Tsinghua Shenzhen International Graduate School (SIGS), Tsinghua University, Shenzhen, 518055, China.
Tsinghua-Berkeley Shenzhen Institute (TBSI), Shenzhen, 518055, China.
Adv Sci (Weinh). 2024 Jul;11(28):e2305925. doi: 10.1002/advs.202305925. Epub 2024 May 8.
The circadian clock coordinates the daily rhythmicity of biological processes, and its dysregulation is associated with various human diseases. Despite the direct targeting of rhythmic genes by many prevalent and World Health Organization (WHO) essential drugs, traditional approaches can't satisfy the need of explore multi-timepoint drug administration strategies across a wide range of drugs. Here, droplet-engineered primary liver organoids (DPLOs) are generated with rhythmic characteristics in 4 days, and developed Chronotoxici-plate as an in vitro high-throughput automated rhythmic tool for chronotherapy assessment within 7 days. Cryptochrome 1 (Cry1) is identified as a rhythmic marker in DPLOs, providing insights for rapid assessment of organoid rhythmicity. Using oxaliplatin as a representative drug, time-dependent variations are demonstrated in toxicity on the Chronotoxici-plate, highlighting the importance of considering time-dependent effects. Additionally, the role of chronobiology is underscored in primary organoid modeling. This study may provide tools for both precision chronotherapy and chronotoxicity in drug development by optimizing administration timing.
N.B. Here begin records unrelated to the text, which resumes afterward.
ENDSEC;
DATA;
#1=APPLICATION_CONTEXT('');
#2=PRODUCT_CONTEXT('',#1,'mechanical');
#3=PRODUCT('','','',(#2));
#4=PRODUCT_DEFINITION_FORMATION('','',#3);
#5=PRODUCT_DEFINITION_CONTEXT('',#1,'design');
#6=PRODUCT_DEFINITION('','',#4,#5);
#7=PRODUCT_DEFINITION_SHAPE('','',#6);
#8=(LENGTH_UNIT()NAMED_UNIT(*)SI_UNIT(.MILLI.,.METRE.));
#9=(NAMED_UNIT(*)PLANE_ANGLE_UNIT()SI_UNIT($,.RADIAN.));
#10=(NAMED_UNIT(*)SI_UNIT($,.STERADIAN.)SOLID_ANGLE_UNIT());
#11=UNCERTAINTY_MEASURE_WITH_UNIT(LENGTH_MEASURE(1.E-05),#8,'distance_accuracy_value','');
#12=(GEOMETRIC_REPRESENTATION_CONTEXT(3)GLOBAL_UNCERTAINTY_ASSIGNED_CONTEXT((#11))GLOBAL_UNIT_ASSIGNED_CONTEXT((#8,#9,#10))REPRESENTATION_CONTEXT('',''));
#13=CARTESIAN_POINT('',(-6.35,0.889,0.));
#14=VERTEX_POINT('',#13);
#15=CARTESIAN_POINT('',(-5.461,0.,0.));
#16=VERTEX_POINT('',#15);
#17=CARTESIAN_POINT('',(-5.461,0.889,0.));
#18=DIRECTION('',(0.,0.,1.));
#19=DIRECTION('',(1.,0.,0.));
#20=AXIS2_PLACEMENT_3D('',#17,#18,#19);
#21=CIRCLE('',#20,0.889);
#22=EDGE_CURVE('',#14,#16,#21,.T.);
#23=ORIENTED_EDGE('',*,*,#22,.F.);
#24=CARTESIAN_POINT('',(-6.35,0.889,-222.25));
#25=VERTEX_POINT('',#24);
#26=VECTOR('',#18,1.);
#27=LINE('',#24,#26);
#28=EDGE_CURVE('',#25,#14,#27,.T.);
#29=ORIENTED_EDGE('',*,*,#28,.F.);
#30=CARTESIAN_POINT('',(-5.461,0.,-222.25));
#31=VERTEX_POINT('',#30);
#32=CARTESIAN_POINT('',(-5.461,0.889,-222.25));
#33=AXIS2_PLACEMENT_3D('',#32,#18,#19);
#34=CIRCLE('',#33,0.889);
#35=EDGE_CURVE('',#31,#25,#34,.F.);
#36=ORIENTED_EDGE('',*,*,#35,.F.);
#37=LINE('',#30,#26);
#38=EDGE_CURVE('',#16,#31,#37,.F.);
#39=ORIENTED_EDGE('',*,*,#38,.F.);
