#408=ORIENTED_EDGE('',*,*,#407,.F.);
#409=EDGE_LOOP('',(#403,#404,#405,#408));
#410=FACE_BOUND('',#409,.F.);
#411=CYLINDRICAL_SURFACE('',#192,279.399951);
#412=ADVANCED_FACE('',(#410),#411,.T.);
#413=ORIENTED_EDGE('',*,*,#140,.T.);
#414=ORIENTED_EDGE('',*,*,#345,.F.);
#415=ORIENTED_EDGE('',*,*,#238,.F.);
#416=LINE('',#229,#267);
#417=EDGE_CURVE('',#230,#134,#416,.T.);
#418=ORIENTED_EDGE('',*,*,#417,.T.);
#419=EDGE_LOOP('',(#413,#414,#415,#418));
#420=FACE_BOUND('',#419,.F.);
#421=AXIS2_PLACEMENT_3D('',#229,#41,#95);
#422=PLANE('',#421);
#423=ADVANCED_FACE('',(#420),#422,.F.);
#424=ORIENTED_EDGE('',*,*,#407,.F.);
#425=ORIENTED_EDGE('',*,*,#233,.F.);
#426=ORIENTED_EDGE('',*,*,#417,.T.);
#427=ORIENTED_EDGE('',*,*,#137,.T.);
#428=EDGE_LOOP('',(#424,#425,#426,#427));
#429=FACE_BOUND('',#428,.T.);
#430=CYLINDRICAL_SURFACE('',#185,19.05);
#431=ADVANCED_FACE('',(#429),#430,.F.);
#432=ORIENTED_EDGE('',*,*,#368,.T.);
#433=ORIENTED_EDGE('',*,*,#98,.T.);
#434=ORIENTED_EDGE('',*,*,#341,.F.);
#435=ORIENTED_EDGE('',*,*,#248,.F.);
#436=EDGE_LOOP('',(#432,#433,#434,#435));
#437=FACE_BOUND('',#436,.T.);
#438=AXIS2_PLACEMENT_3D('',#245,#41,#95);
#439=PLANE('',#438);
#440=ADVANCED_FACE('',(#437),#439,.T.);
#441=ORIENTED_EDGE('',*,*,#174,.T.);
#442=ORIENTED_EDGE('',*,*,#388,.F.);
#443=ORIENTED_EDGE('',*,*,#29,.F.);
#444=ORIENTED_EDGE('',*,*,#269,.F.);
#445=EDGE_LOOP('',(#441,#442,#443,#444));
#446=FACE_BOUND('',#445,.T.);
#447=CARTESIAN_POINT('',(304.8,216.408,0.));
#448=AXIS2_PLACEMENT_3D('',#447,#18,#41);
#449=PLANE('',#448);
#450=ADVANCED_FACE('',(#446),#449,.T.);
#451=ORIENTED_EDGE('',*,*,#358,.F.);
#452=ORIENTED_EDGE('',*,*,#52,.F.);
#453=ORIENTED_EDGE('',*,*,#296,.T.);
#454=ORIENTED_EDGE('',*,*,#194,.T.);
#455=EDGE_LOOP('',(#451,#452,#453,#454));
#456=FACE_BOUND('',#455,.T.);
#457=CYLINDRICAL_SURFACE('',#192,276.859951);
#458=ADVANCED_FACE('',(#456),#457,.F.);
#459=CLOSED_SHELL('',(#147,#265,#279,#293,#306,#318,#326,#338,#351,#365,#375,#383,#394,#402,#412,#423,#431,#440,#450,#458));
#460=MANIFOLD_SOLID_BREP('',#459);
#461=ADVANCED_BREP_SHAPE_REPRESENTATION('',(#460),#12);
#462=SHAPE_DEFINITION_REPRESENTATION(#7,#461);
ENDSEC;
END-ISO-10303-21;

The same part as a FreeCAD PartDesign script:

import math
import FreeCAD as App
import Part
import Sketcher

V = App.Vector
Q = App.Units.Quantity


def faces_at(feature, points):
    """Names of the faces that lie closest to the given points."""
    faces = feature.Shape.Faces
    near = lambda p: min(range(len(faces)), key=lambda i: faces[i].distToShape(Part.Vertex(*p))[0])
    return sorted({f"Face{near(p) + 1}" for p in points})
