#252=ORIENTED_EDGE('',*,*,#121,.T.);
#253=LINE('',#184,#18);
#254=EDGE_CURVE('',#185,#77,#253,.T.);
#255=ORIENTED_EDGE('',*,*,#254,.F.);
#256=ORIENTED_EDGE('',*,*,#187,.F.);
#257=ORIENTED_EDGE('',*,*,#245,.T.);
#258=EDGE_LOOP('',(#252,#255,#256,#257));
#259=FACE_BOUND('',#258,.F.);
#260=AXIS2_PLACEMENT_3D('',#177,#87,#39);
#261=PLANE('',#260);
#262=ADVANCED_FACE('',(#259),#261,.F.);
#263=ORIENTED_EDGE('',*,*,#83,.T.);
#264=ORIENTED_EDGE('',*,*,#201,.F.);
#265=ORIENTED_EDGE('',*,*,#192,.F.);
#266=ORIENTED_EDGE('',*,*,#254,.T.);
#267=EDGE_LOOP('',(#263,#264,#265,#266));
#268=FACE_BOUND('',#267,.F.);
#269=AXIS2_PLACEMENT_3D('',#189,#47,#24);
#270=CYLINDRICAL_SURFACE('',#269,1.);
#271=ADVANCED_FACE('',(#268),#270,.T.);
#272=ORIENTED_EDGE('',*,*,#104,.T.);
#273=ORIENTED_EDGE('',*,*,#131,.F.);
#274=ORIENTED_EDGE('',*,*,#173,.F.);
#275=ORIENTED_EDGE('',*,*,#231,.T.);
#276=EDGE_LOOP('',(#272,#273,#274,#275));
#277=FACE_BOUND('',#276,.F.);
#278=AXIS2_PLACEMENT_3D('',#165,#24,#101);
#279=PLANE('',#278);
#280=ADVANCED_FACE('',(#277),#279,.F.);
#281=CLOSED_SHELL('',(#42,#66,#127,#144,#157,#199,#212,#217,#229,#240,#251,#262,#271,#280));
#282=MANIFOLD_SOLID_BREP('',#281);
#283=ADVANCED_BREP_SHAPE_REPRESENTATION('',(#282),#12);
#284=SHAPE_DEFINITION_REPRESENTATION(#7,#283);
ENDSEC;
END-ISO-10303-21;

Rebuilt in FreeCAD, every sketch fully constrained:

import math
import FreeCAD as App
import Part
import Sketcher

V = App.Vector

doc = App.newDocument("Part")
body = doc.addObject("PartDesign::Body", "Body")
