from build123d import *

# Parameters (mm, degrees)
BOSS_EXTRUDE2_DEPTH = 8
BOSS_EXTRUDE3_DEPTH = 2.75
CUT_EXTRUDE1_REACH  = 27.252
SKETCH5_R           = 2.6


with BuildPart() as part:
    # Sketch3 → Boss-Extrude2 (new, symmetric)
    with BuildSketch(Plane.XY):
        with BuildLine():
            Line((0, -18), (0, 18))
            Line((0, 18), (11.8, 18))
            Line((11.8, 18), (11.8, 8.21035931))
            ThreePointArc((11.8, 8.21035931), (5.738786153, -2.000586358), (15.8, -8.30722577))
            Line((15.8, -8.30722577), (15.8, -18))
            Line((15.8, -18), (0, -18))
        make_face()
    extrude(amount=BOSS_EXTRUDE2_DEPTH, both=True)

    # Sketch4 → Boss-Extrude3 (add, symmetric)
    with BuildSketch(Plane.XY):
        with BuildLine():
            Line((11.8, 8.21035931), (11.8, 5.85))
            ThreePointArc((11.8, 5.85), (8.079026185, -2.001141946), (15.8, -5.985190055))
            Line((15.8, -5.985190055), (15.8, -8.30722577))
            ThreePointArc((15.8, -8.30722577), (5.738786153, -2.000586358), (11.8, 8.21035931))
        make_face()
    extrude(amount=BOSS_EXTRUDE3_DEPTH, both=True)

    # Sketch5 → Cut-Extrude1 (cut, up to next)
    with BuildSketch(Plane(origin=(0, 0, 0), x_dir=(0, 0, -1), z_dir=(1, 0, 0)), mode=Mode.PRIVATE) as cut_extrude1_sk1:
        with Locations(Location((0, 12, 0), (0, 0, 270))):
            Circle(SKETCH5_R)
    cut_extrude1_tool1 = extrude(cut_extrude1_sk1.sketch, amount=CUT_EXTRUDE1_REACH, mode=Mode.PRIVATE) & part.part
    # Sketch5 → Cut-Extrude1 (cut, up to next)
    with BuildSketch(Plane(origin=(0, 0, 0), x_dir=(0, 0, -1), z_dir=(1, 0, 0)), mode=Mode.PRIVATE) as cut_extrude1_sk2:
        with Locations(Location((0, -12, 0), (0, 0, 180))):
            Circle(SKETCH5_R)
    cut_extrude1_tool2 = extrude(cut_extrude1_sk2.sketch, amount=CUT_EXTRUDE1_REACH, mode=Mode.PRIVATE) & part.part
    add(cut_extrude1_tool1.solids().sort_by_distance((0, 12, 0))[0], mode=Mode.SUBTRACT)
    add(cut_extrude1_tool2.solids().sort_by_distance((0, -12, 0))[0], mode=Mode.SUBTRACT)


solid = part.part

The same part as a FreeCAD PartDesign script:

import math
import FreeCAD as App
import Part
import Sketcher

doc = App.newDocument("Part")
body = doc.addObject("PartDesign::Body", "Body")

# Sketch on XY plane
sketch1 = body.newObject("Sketcher::SketchObject", "Sketch")
sketch1.AttachmentSupport = (doc.getObject("XY_Plane"), [""])
sketch1.MapMode = "FlatFace"
sketch1.addGeometry([
    Part.LineSegment(App.Vector(0, 18, 0), App.Vector(0, -18, 0)),  # 0
    Part.LineSegment(App.Vector(0, -18, 0), App.Vector(16, -18, 0)),  # 1
    Part.LineSegment(App.Vector(16, -18, 0), App.Vector(16, -8, 0)),  # 2
    Part.ArcOfCircle(Part.Circle(App.Vector(14, 0, 0), App.Vector(0, 0, 1), 8), math.radians(105), math.radians(282)),  # 3
    Part.LineSegment(App.Vector(12, 8, 0), App.Vector(12, 18, 0)),  # 4
    Part.LineSegment(App.Vector(12, 18, 0), App.Vector(0, 18, 0)),  # 5
], False)
sketch1.addConstraint([
    Sketcher.Constraint("Coincident", 0, 2, 1, 1),
    Sketcher.Constraint("Coincident", 1, 2, 2, 1),
    Sketcher.Constraint("Coincident", 2, 2, 3, 2),
    Sketcher.Constraint("Coincident", 3, 1, 4, 1),
    Sketcher.Constraint("Coincident", 4, 2, 5, 1),
    Sketcher.Constraint("Coincident", 5, 2, 0, 1),
    Sketcher.Constraint("Vertical", 0),
    Sketcher.Constraint("Horizontal", 1),
    Sketcher.Constraint("Vertical", 2),
    Sketcher.Constraint("Vertical", 4),
    Sketcher.Constraint("Horizontal", 5),
    Sketcher.Constraint("Symmetric", 0, 2, 5, 2, -1, 1),
    Sketcher.Constraint("PointOnObject", 3, 3, -1),
    Sketcher.Constraint("Radius", 3, 8.5),
    Sketcher.Constraint("DistanceY", 0, 2, 0, 1, 36.0),
    Sketcher.Constraint("DistanceX", 1, 1, 1, 2, 15.8),
    Sketcher.Constraint("DistanceX", 5, 2, 5, 1, 11.8),
    Sketcher.Constraint("DistanceX", -1, 1, 3, 3, 14.0),
])
pad1 = body.newObject("PartDesign::Pad", "Pad")
pad1.Profile = sketch1
pad1.Length = 16
pad1.Midplane = True

# Sketch on XY plane
sketch2 = body.newObject("Sketcher::SketchObject", "Sketch001")
sketch2.AttachmentSupport = (doc.getObject("XY_Plane"), [""])
sketch2.MapMode = "FlatFace"
sketch2.addGeometry([
    Part.LineSegment(App.Vector(11.8, 5.8, 0), App.Vector(11.8, 8.2, 0)),
    Part.ArcOfCircle(Part.Circle(App.Vector(14, 0, 0), App.Vector(0, 0, 1), 8.5), math.radians(105), math.radians(282)),
    Part.LineSegment(App.Vector(15.8, -8.3, 0), App.Vector(15.8, -6, 0)),
    Part.ArcOfCircle(Part.Circle(App.Vector(14, 0, 0), App.Vector(0, 0, 1), 6.2), math.radians(111), math.radians(287)),
], False)
sketch2.addConstraint([
    Sketcher.Constraint("Coincident", 0, 2, 1, 1),
    Sketcher.Constraint("Coincident", 1, 2, 2, 1),
    Sketcher.Constraint("Coincident", 2, 2, 3, 2),
    Sketcher.Constraint("Coincident", 3, 1, 0, 1),
    Sketcher.Constraint("Vertical", 0),
    Sketcher.Constraint("Vertical", 2),
    Sketcher.Constraint("Coincident", 3, 3, 1, 3),
    Sketcher.Constraint("PointOnObject", 1, 3, -1),
    Sketcher.Constraint("Radius", 1, 8.5),
    Sketcher.Constraint("Radius", 3, 6.25),
    Sketcher.Constraint("DistanceX", -1, 1, 1, 3, 14.0),
    Sketcher.Constraint("DistanceX", 0, 2, 1, 2, 4.0),
    Sketcher.Constraint("DistanceX", -1, 1, 0, 2, 11.8),
])
pad2 = body.newObject("PartDesign::Pad", "Pad001")
pad2.Profile = sketch2
pad2.Length = 5.5
pad2.Midplane = True

# Sketch on YZ plane
sketch3 = body.newObject("Sketcher::SketchObject", "Sketch002")
sketch3.AttachmentSupport = (doc.getObject("YZ_Plane"), [""])
sketch3.MapMode = "FlatFace"
sketch3.addGeometry(Part.Circle(App.Vector(12, 0, 0), App.Vector(0, 0, 1), 2.6), False)
sketch3.addConstraint([
    Sketcher.Constraint("PointOnObject", 0, 3, -1),
    Sketcher.Constraint("Diameter", 0, 5.2),
    Sketcher.Constraint("DistanceX", -1, 1, 0, 3, 12.0),
])
pocket1 = body.newObject("PartDesign::Pocket", "Pocket")
pocket1.Profile = sketch3
pocket1.Type = "UpToFirst"
pocket1.Reversed = True

# Sketch on YZ plane
sketch4 = body.newObject("Sketcher::SketchObject", "Sketch003")
sketch4.AttachmentSupport = (doc.getObject("YZ_Plane"), [""])
sketch4.MapMode = "FlatFace"
sketch4.addGeometry(Part.Circle(App.Vector(-12, 0, 0), App.Vector(0, 0, 1), 2.6), False)
sketch4.addConstraint([
    Sketcher.Constraint("PointOnObject", 0, 3, -1),
    Sketcher.Constraint("Diameter", 0, 5.2),
    Sketcher.Constraint("DistanceX", 0, 3, -1, 1, 12.0),
])
pocket2 = body.newObject("PartDesign::Pocket", "Pocket001")
pocket2.Profile = sketch4
pocket2.Type = "UpToFirst"
pocket2.Reversed = True

doc.recompute()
生物钟协调着生物过程的日常节律性,其节律失调与许多常见疾病和世界卫生组织(WHO)基本药物都有关联。尽管许多流行药物和世界卫生组织(WHO)基本药物都直接针对节律基因,但传统方法无法满足探索广泛药物多时间点给药策略的需求。在这里,我们使用液滴工程技术在 4 天内生成具有节律特征的原代肝类器官(DPLOs),并开发了 ChronoToxi-plate 作为一种体外高通量自动节律工具,可在 7 天内评估chrono 治疗效果。CRY1 被鉴定为 DPLOs 中的节律标志物,为快速评估类器官的节律性提供了思路。以奥沙利铂为代表药物,在 ChronoToxi-plate 上显示出时间依赖性毒性变化,突出了考虑时间依赖性效应的重要性。此外,生物钟生物学在原代器官模型中也具有重要作用。本研究通过优化给药时间,为精准chrono 治疗和药物开发中的 chronotoxicity 提供了工具。